# Superman movie problem



## androidmuppet (Jul 28, 2013)

Why do Superman movies keep featuring the same old enemies?.

There's this pervasive myth that Superman only has three good enemies: an evil version of himself, Lex Luthor, or a crapload of kryptonite. It doesn't help that we're five movies in and the films have done absolutely nothing to dispel that idea. all five movies featured kryptonite and Luthor (or, in Superman III, his non-union Ross Webster equivalent). And between General Zod, drunken clone Superman, and Nuclear Man.

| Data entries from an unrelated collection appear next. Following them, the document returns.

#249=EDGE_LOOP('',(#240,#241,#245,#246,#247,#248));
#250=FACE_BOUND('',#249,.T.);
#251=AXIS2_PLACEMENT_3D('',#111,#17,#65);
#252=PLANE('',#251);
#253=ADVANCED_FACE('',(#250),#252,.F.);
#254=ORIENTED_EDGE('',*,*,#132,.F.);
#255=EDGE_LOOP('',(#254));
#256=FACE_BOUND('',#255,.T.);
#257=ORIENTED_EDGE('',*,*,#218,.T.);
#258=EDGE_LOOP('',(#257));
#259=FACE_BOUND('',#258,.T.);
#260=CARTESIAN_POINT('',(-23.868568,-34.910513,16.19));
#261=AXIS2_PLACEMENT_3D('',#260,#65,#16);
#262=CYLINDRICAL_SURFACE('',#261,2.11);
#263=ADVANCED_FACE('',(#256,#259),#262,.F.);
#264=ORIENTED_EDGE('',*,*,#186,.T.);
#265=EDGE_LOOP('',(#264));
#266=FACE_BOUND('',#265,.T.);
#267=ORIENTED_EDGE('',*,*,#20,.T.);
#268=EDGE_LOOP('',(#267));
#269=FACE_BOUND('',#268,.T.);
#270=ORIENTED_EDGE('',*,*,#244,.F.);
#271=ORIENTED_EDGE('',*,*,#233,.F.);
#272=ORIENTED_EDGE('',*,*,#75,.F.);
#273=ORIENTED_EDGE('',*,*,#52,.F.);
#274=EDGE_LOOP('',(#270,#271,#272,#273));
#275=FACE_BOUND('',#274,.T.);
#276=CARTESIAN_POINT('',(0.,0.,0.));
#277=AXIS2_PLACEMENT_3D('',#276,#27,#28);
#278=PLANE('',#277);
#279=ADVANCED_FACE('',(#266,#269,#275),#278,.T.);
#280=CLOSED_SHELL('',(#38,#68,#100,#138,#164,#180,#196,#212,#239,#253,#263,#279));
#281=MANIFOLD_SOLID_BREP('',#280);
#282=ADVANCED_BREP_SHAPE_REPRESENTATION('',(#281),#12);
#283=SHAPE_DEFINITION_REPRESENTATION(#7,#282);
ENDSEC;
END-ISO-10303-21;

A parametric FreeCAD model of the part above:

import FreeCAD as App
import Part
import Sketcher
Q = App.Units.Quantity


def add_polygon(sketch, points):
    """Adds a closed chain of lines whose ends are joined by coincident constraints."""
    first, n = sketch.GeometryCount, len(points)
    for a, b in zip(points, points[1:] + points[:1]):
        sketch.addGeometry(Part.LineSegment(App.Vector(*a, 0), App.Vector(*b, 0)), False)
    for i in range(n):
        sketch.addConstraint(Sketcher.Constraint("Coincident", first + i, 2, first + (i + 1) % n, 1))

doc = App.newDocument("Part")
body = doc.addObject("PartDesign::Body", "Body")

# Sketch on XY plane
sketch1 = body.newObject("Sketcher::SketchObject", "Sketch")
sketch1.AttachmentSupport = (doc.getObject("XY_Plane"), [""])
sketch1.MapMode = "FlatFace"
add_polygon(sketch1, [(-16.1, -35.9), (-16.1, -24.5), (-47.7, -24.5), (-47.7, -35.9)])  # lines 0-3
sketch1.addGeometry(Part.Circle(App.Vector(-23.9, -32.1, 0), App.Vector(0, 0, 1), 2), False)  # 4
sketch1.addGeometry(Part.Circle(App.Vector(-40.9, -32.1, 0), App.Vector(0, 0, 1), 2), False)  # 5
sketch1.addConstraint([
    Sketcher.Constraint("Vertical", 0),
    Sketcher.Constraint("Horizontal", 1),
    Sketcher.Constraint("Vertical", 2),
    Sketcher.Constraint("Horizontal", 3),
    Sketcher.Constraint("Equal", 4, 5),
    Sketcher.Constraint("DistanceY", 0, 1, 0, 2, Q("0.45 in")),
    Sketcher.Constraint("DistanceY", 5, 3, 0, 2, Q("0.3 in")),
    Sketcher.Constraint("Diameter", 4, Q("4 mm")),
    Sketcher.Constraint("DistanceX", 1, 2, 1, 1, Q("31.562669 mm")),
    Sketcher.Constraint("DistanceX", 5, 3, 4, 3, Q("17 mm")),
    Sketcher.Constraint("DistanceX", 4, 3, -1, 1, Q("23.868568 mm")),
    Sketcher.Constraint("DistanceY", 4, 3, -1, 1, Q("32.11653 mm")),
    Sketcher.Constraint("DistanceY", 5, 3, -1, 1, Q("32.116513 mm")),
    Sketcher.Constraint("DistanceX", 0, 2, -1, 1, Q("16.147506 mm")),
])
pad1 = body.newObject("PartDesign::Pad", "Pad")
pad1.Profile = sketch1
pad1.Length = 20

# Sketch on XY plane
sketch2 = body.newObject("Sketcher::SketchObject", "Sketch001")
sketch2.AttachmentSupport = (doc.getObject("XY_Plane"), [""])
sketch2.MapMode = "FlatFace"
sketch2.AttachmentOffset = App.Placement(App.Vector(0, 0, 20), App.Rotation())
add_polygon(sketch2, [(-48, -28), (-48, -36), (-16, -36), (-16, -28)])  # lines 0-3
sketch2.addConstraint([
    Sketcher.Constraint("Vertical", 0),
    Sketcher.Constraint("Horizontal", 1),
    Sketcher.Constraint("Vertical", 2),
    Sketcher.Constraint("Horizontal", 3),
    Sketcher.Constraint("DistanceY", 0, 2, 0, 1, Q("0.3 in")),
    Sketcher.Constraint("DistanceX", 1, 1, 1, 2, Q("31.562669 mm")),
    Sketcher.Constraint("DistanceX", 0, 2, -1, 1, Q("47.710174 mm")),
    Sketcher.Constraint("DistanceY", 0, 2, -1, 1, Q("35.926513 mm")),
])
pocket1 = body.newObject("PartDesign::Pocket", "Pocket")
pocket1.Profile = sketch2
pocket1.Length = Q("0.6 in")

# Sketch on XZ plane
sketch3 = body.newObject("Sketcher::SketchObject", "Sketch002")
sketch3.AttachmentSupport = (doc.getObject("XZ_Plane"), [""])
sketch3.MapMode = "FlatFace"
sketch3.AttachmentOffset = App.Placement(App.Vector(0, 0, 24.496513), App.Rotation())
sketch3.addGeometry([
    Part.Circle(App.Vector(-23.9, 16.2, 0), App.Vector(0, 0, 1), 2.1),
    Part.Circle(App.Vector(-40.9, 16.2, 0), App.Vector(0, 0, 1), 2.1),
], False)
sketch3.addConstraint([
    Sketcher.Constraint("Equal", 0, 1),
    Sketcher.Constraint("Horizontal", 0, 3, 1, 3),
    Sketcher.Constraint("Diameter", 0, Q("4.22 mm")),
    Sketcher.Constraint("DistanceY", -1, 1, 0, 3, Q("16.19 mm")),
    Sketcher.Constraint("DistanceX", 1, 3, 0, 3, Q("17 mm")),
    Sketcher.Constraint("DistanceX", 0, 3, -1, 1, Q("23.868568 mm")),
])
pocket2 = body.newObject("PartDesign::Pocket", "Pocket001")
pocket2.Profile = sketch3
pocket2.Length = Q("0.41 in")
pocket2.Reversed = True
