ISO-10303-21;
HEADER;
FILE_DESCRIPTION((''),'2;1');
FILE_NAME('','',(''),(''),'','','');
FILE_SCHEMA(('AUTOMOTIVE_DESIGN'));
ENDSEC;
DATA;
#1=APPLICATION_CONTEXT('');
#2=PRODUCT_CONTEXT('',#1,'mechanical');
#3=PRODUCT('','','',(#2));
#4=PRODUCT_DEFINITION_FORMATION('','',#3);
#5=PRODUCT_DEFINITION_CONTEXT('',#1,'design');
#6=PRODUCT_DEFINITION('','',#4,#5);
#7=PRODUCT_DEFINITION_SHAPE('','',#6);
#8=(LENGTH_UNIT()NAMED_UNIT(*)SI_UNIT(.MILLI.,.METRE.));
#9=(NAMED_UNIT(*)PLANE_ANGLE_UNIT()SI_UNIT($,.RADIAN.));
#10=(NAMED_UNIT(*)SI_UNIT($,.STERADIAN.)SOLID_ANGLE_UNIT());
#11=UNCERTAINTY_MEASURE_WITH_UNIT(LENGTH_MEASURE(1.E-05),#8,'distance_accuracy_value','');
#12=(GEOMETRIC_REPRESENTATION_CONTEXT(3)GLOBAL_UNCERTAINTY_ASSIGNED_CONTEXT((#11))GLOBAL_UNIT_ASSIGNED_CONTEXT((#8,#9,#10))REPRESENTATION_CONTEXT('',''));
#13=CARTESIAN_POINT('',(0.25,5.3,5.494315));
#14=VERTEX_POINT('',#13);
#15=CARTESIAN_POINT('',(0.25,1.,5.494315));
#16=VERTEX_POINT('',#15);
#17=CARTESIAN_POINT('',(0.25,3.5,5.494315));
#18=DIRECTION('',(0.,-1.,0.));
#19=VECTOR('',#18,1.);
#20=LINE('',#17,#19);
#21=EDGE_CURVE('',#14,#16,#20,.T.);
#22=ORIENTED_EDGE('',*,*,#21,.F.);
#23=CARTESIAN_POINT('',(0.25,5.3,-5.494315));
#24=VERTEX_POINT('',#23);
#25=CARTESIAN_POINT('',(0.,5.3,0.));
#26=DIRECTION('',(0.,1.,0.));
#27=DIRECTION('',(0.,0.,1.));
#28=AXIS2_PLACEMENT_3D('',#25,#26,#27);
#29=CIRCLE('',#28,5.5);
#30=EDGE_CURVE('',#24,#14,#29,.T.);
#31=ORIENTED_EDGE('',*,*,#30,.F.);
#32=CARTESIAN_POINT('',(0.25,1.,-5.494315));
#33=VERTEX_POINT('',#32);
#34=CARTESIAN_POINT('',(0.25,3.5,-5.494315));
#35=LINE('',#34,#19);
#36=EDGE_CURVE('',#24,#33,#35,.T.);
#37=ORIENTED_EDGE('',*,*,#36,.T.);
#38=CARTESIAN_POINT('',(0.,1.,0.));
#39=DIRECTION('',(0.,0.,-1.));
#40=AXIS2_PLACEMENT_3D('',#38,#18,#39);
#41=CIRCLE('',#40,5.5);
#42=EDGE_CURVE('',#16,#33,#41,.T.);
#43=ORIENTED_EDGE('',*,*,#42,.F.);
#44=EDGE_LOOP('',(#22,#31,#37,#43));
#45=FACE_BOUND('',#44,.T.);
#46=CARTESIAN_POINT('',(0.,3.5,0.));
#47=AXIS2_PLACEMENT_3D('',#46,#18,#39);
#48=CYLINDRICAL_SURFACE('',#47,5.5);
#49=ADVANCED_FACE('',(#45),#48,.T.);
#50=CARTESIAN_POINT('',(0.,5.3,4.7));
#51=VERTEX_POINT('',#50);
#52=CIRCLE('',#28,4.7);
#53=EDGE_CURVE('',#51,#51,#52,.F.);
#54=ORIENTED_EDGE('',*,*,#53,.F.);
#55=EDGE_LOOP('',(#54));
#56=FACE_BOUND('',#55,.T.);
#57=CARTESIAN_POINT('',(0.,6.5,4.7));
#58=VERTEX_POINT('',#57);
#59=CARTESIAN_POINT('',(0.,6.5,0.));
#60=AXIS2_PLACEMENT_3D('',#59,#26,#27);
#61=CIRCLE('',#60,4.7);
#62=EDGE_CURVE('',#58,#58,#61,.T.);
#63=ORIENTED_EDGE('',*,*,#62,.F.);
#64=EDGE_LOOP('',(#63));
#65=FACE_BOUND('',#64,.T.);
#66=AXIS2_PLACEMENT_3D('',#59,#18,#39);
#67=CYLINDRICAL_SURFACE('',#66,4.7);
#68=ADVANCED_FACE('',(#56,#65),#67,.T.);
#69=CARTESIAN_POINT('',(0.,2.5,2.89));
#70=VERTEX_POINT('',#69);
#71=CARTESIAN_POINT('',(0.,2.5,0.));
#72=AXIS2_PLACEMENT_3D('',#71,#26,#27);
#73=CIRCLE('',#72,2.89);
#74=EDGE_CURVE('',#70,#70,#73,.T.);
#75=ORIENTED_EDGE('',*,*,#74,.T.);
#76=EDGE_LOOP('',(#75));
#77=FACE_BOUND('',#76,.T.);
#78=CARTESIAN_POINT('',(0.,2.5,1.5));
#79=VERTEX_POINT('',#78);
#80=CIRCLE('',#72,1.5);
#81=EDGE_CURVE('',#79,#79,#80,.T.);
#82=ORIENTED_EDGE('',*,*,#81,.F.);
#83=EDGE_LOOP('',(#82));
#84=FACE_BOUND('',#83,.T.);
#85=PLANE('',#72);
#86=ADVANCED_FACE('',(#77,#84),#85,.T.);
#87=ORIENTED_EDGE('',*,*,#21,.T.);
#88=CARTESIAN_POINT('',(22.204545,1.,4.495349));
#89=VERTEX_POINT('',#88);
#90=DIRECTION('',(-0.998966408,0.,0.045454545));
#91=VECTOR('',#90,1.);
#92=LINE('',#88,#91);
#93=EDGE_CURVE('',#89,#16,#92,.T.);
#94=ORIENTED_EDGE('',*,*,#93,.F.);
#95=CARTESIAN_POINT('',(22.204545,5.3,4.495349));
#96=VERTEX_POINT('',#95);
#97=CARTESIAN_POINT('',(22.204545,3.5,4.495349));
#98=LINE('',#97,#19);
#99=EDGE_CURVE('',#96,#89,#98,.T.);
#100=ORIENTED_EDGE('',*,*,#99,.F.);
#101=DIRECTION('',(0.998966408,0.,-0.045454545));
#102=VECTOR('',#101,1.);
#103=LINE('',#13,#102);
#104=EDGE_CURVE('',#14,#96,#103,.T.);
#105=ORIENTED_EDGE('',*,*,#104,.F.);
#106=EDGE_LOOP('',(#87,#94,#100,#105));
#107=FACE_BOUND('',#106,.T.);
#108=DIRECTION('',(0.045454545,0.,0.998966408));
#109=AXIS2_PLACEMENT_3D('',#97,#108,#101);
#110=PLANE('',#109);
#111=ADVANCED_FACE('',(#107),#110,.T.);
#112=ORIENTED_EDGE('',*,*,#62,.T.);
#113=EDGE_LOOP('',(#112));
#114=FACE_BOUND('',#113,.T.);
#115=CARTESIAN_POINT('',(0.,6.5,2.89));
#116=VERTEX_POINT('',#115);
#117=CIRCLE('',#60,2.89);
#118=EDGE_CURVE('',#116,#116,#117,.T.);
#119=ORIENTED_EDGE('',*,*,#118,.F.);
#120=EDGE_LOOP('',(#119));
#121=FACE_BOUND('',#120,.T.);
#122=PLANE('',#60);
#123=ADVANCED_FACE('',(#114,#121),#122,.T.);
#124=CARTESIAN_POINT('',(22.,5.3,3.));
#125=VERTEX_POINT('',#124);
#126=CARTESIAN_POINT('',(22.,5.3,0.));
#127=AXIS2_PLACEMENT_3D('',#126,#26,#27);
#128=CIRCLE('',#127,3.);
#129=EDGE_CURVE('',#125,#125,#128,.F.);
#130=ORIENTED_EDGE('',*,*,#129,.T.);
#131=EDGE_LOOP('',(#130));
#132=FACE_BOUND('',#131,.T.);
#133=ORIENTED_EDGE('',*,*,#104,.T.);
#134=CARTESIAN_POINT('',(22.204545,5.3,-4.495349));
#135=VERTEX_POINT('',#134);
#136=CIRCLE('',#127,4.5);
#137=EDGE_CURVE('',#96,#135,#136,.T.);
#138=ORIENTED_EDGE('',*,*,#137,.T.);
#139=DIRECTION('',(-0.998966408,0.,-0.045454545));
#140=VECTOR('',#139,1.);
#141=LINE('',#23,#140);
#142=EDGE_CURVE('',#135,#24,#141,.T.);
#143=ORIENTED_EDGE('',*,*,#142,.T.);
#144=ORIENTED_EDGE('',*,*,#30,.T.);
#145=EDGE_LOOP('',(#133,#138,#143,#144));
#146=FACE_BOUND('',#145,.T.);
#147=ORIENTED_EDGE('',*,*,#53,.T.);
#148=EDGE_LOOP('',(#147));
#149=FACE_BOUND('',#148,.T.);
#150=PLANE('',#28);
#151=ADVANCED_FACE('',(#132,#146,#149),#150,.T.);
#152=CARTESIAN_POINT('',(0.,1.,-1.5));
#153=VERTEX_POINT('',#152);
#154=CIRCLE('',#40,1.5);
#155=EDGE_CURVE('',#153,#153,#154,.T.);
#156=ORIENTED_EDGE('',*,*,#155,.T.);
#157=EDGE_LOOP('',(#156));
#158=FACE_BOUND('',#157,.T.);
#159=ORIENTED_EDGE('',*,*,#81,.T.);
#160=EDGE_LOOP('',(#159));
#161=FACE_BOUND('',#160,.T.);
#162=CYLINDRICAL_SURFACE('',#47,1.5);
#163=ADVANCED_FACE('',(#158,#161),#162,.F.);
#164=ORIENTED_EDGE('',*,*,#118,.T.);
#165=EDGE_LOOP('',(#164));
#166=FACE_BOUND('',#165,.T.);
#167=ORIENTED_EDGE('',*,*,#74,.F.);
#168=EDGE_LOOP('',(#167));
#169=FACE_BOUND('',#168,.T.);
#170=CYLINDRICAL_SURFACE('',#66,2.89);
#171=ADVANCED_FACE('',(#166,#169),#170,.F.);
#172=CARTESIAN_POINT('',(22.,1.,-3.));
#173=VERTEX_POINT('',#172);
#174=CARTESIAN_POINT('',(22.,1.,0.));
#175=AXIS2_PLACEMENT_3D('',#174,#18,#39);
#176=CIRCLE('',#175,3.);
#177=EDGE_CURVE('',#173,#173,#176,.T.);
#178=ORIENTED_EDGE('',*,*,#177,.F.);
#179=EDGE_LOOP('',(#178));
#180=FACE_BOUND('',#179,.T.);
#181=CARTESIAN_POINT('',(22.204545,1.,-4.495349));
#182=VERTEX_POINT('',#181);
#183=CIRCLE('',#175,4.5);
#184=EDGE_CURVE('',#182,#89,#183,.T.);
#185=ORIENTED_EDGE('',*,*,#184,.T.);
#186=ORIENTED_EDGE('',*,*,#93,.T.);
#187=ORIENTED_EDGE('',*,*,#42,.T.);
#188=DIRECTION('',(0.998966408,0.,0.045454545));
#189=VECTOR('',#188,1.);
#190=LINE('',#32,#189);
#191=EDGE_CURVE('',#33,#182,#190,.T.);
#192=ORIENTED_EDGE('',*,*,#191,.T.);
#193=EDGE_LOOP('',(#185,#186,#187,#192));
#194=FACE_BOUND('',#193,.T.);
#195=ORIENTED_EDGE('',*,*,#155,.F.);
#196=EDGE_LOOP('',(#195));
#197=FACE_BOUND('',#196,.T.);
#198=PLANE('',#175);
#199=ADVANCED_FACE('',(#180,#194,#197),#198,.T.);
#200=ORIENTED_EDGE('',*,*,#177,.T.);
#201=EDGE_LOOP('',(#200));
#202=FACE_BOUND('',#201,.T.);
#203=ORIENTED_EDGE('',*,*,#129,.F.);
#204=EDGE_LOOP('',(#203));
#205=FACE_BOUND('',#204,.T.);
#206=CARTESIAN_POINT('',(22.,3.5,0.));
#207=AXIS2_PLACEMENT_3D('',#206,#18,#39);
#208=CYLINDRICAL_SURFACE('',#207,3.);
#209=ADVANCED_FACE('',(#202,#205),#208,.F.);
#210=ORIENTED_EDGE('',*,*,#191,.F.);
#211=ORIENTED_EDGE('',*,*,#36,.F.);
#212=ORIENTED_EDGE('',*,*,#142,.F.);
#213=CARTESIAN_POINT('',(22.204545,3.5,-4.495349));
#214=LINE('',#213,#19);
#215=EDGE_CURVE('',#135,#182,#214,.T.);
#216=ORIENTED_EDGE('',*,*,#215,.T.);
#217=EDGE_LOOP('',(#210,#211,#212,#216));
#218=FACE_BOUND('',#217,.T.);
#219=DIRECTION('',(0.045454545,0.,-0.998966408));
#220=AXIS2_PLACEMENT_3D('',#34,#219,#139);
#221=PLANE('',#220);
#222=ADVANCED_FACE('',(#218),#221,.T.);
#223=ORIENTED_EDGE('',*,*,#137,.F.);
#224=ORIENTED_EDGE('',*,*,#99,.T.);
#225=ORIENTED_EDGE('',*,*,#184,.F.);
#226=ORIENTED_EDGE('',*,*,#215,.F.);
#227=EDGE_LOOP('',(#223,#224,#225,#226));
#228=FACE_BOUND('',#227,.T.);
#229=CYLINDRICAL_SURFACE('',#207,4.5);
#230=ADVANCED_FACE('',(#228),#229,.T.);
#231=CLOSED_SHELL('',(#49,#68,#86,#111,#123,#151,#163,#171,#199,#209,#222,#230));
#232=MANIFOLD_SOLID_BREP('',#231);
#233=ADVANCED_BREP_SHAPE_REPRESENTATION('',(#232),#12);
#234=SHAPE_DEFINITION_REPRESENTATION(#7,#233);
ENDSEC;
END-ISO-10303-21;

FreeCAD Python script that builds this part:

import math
import FreeCAD as App
import Part
import Sketcher
from FreeCAD import Vector

doc = App.newDocument("Part")
params = doc.addObject("Spreadsheet::Sheet", "Params")
for row, (alias, value) in enumerate([
    ("sketch1_diameter", "6 mm"),
    ("sketch1_diameter2", "3 mm"),
    ("sketch1_radius", "5.5 mm"),
    ("sketch1_radius2", "4.5 mm"),
    ("pad1_length", "3.5 mm"),
    ("sketch2_diameter", "9.4 mm"),
    ("sketch2_diameter2", "5.78 mm"),
    ("pad2_length", "3 mm"),
    ("sketch3_diameter", "5.78 mm"),
    ("pocket1_length", "1 mm"),
    ("sketch4_diameter", "6 mm"),
    ("sketch4_diameter2", "9.4 mm"),
    ("sketch4_radius", "4.5 mm"),
    ("sketch4_radius2", "5.5 mm"),
    ("pad3_length", "1.8 mm"),
    ("sketch5_radius", "5.5 mm"),
    ("sketch5_radius2", "4.5 mm"),
    ("pocket2_length", "1 mm"),
], start=1):
    params.set(f"A{row}", alias)
    params.set(f"B{row}", "=" + value)
    params.setAlias(f"B{row}", alias)

body = doc.addObject("PartDesign::Body", "Body")

sketch1 = body.newObject("Sketcher::SketchObject", "Sketch")
sketch1.AttachmentSupport = (doc.getObject("XZ_Plane"), [""])
sketch1.MapMode = "FlatFace"
sketch1.addGeometry(Part.LineSegment(Vector(22.2, -4.5, 0), Vector(0.2, -5.5, 0)), False)
sketch1.addGeometry(Part.ArcOfCircle(Part.Circle(Vector(0, 0, 0), Vector(0, 0, 1), 5.5), math.radians(87), math.radians(273)), False)
sketch1.addGeometry(Part.LineSegment(Vector(0.2, 5.5, 0), Vector(22.2, 4.5, 0)), False)
sketch1.addGeometry(Part.ArcOfCircle(Part.Circle(Vector(22, 0, 0), Vector(0, 0, 1), 4.5), math.radians(-87), math.radians(87)), False)
sketch1.addGeometry(Part.Circle(Vector(22, 0, 0), Vector(0, 0, 1), 3), False)
sketch1.addGeometry(Part.Circle(Vector(0, 0, 0), Vector(0, 0, 1), 1.5), False)
sketch1.addConstraint(Sketcher.Constraint("Tangent", 0, 2, 1, 2))
sketch1.addConstraint(Sketcher.Constraint("Tangent", 1, 1, 2, 1))
sketch1.addConstraint(Sketcher.Constraint("Tangent", 2, 2, 3, 2))
sketch1.addConstraint(Sketcher.Constraint("Tangent", 3, 1, 0, 1))
sketch1.addConstraint(Sketcher.Constraint("Coincident", 1, 3, -1, 1))
sketch1.addConstraint(Sketcher.Constraint("Coincident", 5, 3, -1, 1))
sketch1.addConstraint(Sketcher.Constraint("Coincident", 4, 3, 3, 3))
sketch1.addConstraint(Sketcher.Constraint("PointOnObject", 3, 3, -1))
sketch1.addConstraint(Sketcher.Constraint("Diameter", 4, 6.0))
sketch1.addConstraint(Sketcher.Constraint("Diameter", 5, 3.0))
sketch1.addConstraint(Sketcher.Constraint("Radius", 1, 5.5))
sketch1.addConstraint(Sketcher.Constraint("Radius", 3, 4.5))
sketch1.addConstraint(Sketcher.Constraint("DistanceX", -1, 1, 3, 3, 22.0))
sketch1.setExpression("Constraints[8]", "Params.sketch1_diameter")
sketch1.setExpression("Constraints[9]", "Params.sketch1_diameter2")
sketch1.setExpression("Constraints[10]", "Params.sketch1_radius")
sketch1.setExpression("Constraints[11]", "Params.sketch1_radius2")
pad1 = body.newObject("PartDesign::Pad", "Pad")
pad1.Profile = sketch1
pad1.setExpression("Length", "Params.pad1_length")
pad1.Reversed = True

In all the animated Superman shows or live action Superman shows, He faces other villains not just Lex Luthor, General Zod or lame Superman clones like Nuclear Man.


----------



## Huey Freeman (Jul 28, 2013)

Brainiac, Darkseid, Doomsday needs buildup.

Cyborg Supes is more a GL villain


----------



## androidmuppet (Jul 28, 2013)

Danger Doom said:


> Brainiac, Darkseid, Doomsday needs buildup.
> 
> Cyborg Supes is more a GL villain



There is also Livewire, Parasite, Lobo and Toyman.


----------



## Huey Freeman (Jul 28, 2013)

Toyman and Livewire are not worth translating into film. Parasite/Metallo needs Lex as the mind behind the muscle. Lobo is more of a stand alone mercenary than a Supes villain.


----------



## androidmuppet (Jul 28, 2013)

The superman movies should atleast use Mongul or Bizarro.


----------



## Huey Freeman (Jul 28, 2013)

Mongul I agree. To some extent I would take cyborg Supes over Bizarro since the latter is basically has a mind of a 5 year old.


----------



## Suzuku (Jul 28, 2013)

Hopefully Metallo will be in Batman/Superman.


----------



## Doom85 (Jul 28, 2013)

Superman 1 and 2 can't be criticized since they did Luthor and Zod first.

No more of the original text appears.